Martha Macri, Professor, University of California Davis
Department of Native American Studies
Rumsey Endowed Chair of California Indian Studies
Director, Native American Language Center
Topic:
Nahuatl in Ancient Mesoamerica:
When Did It Begin? How Do We Know? Why Does It Matter?
Date: Friday, November 9, 2007
Time: 6:00 PM
Location: GSA Lounge, above Multicultural Center
Evidence for the presence of a Uto-Aztecan language closely related to Nahuatl in ancient Mesoamerica continues to build. An examination of Nahua words represented in Maya hieroglyphic texts is followed by consideration of the implications of such a presence, and the reasons given for continued objections against it. The consequences of an early Nahua presence calls into question conclusions about the prehistory of Mesoamerican languages that are based on the intuition of linguists, and, however much this may be denied, on glottochronology.
Join us after Professor Macri's talk for dinner at Ming Dynasty. Please RSVP to Bets at .
Jean Mulder, Professor, Melbourne University
Topic: Clitics in Sm'algyax: Approaching theory from the field
Date: Monday, November 26, 2007
Time: 6:00 PM
Location: McCune Conference Room, HHSB 6th floor
Sm'algyax (British Columbia and Alaska) is a highly ergative VSO language with an uncommonly wide range of clitics. This talk has the twofold function of demonstrating how Anderson's (2005) constraint- based analysis of clitics gives insight into the complex behaviour of Sm'algyax clitics, and how the Sm'algyax clitics themselves afford empirical means of testing such a theory.
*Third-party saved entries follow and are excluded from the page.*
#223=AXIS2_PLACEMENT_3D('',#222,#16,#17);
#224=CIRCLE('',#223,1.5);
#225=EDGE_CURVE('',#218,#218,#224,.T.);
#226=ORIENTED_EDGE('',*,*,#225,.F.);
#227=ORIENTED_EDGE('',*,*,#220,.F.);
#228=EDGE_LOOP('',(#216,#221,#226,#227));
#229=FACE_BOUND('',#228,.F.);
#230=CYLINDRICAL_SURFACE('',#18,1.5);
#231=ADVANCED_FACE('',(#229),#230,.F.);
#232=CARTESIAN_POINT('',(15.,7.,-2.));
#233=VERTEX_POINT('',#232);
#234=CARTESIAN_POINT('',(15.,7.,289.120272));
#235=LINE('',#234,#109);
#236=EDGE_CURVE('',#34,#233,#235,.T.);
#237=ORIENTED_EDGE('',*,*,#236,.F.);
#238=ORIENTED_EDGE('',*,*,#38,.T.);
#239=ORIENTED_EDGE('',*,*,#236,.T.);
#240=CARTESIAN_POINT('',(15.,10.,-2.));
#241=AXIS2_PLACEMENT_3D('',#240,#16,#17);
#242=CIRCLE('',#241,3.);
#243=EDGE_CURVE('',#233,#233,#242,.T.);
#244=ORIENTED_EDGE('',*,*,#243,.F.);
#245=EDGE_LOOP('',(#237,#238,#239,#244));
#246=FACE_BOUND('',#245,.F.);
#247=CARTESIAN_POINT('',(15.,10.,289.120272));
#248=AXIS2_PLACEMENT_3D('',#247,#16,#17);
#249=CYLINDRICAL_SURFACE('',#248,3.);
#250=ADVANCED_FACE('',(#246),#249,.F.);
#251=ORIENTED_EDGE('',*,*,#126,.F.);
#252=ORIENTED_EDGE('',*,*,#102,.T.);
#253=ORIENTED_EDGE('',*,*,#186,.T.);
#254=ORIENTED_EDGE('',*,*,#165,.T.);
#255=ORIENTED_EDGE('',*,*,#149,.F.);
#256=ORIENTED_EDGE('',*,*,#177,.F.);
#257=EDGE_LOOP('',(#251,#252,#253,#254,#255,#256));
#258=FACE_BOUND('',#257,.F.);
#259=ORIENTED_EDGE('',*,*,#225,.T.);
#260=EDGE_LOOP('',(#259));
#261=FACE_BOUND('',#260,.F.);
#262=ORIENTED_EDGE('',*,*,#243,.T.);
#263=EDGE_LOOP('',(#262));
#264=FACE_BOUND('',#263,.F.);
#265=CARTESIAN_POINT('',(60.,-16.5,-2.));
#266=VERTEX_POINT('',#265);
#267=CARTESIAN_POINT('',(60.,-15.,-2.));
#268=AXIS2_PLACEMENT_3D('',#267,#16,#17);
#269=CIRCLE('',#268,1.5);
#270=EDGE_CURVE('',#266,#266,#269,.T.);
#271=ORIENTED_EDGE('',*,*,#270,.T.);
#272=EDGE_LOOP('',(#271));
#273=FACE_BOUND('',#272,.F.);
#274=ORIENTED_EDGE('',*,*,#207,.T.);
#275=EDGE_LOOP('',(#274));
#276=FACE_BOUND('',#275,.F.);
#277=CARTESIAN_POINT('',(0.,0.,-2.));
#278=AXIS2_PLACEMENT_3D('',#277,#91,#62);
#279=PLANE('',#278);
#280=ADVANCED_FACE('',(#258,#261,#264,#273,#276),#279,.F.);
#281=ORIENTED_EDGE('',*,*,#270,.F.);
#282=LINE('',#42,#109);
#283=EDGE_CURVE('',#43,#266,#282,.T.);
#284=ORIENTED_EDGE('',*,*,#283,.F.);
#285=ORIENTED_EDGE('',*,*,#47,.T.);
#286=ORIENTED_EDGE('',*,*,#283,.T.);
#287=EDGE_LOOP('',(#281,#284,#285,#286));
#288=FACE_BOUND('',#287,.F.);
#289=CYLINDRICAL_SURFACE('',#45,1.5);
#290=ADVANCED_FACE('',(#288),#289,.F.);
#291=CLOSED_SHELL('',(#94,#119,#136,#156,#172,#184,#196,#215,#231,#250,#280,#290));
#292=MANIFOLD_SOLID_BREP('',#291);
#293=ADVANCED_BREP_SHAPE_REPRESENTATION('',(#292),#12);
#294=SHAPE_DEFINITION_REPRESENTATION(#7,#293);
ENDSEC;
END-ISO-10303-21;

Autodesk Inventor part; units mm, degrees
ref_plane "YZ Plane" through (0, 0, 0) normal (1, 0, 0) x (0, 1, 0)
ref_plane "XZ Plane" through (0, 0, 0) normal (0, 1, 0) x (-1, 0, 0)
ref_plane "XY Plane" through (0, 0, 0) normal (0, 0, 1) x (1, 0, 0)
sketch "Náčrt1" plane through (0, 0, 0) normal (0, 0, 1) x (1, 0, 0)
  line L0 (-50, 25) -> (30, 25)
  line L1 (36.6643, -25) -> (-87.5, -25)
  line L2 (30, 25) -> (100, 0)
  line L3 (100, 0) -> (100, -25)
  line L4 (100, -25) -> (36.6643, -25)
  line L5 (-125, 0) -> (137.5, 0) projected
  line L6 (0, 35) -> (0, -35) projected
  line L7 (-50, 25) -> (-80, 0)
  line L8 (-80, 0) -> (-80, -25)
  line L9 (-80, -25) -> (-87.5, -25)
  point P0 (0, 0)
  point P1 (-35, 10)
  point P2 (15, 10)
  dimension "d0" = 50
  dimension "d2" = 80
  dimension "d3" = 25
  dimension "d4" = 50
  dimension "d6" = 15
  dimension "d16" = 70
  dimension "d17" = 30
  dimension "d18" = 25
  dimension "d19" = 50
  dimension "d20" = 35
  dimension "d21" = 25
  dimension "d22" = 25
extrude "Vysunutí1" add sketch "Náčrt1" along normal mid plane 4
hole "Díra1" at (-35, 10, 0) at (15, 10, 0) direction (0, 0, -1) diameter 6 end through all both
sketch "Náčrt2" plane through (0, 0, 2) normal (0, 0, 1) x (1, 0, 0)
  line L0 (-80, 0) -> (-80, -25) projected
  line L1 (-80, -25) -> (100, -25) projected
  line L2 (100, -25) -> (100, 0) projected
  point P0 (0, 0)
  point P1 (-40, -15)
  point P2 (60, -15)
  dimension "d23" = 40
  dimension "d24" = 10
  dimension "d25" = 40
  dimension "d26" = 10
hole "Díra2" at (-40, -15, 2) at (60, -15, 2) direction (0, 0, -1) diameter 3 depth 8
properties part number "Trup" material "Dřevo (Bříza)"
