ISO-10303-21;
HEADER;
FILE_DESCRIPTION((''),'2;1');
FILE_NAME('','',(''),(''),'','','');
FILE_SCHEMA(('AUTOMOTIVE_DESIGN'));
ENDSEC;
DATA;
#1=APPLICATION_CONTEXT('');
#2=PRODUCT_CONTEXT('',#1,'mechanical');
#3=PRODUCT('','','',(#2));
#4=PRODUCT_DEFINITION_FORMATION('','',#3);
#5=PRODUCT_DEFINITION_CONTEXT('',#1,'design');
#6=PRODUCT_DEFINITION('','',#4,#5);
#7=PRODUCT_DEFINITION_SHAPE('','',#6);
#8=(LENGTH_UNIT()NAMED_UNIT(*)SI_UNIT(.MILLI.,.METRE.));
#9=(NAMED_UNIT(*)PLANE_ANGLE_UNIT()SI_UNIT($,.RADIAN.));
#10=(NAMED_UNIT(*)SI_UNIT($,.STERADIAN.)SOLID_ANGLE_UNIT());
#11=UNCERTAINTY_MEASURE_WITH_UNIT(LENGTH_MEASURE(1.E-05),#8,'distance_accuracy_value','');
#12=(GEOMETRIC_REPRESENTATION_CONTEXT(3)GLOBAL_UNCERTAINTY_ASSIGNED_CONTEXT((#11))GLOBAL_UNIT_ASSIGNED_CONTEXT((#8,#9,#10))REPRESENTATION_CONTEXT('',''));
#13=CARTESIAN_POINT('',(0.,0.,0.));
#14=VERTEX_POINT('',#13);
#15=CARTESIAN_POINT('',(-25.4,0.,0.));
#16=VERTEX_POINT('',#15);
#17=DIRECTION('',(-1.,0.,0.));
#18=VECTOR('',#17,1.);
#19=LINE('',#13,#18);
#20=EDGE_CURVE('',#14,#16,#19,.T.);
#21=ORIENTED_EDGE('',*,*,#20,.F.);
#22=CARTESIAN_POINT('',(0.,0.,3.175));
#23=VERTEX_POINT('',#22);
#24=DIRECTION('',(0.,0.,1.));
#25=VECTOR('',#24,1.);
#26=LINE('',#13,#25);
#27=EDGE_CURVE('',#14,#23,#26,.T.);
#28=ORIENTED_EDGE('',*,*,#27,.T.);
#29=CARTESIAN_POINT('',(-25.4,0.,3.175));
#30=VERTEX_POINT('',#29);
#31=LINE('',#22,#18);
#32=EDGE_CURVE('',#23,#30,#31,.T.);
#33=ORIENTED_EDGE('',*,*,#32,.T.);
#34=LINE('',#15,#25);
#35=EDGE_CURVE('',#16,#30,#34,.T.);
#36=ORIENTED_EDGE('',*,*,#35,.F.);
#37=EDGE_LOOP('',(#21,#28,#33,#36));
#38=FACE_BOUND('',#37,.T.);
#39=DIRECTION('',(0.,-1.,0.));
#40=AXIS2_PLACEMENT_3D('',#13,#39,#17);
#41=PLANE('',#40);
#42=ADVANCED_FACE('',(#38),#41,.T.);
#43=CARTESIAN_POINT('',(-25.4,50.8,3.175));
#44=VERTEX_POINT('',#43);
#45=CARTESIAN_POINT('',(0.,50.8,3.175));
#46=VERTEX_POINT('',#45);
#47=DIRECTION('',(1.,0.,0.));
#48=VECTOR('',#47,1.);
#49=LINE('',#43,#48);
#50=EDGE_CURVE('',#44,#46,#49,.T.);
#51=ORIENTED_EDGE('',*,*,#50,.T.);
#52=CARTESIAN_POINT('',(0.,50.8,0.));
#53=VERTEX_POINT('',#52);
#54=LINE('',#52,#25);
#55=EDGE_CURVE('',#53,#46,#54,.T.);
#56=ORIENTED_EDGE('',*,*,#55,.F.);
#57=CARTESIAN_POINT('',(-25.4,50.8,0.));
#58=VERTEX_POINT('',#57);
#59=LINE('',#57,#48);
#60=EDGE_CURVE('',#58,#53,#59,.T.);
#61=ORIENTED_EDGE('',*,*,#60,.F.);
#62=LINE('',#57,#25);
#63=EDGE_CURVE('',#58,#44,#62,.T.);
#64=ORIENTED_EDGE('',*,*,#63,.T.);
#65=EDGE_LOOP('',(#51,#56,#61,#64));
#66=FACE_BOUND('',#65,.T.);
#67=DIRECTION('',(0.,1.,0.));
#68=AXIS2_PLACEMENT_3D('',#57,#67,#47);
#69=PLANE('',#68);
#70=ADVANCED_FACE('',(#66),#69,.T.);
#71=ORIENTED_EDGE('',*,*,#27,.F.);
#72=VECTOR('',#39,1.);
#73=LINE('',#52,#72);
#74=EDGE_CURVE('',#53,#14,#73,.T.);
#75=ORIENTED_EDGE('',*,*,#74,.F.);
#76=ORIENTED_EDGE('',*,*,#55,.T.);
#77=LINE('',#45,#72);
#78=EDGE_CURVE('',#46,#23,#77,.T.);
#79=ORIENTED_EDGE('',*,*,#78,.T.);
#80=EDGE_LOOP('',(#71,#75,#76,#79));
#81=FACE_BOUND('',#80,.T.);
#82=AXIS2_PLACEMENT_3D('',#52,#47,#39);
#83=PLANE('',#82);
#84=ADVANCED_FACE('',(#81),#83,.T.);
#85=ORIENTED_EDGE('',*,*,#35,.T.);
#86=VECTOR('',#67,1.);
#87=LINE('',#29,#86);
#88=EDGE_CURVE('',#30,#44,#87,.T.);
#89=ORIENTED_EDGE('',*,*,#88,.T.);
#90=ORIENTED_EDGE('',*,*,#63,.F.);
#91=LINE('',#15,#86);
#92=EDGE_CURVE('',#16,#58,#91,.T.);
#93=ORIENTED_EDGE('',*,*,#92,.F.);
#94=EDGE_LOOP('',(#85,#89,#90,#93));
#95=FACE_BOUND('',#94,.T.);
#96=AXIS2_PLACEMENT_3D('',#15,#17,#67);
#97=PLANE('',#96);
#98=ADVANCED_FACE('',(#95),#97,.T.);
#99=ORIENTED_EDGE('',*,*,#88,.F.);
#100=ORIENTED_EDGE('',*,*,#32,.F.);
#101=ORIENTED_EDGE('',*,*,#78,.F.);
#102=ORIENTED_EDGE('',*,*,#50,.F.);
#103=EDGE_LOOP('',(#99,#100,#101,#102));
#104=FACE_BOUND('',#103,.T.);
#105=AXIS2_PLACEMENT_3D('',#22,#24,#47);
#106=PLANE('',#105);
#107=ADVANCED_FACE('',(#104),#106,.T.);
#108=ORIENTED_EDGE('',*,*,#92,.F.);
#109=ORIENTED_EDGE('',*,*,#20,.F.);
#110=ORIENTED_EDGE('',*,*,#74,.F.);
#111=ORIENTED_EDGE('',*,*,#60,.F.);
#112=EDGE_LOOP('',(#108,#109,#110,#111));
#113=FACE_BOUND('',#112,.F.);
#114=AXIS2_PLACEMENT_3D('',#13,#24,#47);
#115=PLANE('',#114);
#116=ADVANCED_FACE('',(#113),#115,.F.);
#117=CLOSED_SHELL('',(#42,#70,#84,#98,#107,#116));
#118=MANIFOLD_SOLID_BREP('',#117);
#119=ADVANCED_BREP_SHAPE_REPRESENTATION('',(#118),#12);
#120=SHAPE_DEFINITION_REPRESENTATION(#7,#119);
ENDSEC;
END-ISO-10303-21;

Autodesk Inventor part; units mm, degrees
ref_plane "YZ Plane" through (0, 0, 0) normal (1, 0, 0) x (0, 1, 0)
ref_plane "XZ Plane" through (0, 0, 0) normal (0, 1, 0) x (-1, 0, 0)
ref_plane "XY Plane" through (0, 0, 0) normal (0, 0, 1) x (1, 0, 0)
sketch "Sketch1" plane through (0, 0, 0) normal (0, 0, 1) x (1, 0, 0)
  line L0 (0, 0) -> (-25.4, 0)
  line L1 (-25.4, 0) -> (-25.4, 50.8)
  line L2 (-25.4, 50.8) -> (0, 50.8)
  line L3 (0, 50.8) -> (0, 0)
  dimension "d0" = 50.8
  dimension "d1" = 25.4
extrude "Extrusion1" add sketch "Sketch1" along normal blind 3.175
properties part number "plswork" material "Aluminum 6061"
Building on Stebbin's (2003) definitions of intermediate word classes in Sm'algyax, this talk utilizes, and extends somewhat, Anderson's Optimality Theoretical approach. Drawing on Sm'algyax texts from field research and published sources, it is demonstrated that in terms of their varying phonological dependence, Sm'algyax clitics include internal clitics, phonological word clitics, and affixal clitics. The existence of affixal clitics in Sm'algyax calls into question the viability of the Strict Layer Hypothesis (Selkirk 1984) and adds empirical support to Anderson's arguments for describing such clitics via ranked constraints rather than inviolable rules.
Conversely, Sm'algyax clitics contradict Anderson's analysis of the direction of clitic attachment as being language specific and instead support Klavans' (1985) view that it is clitic specific. With the exception of one clitic set, which has variable attachment specific to clitics within the set, the direction of attachment in Sm'algyax is specific to sets of clitics; internal clitics all attach to the left as enclitics, whilst affixal and phonological word clitics all attach to the right as proclitics. Further, unlike Anderson's findings for Kwakwala, Sm'algyax allows topicalisation of NPs containing clitics with leftward Stray Adjunction, thereby challenging Anderson's postulate that this phenomenon precludes topicalisation.
Wally Chafe and Bets Shipley will co-present 'Mary Haas and the golden age of linguistics at UC Berkeley.' Video and discussion. Sometime during Fall 2007.
Our own Tim Henry and and Bets Shipley will discuss demonstratives in Ventureño Chumash and Shasta, respectively, during Winter 2008.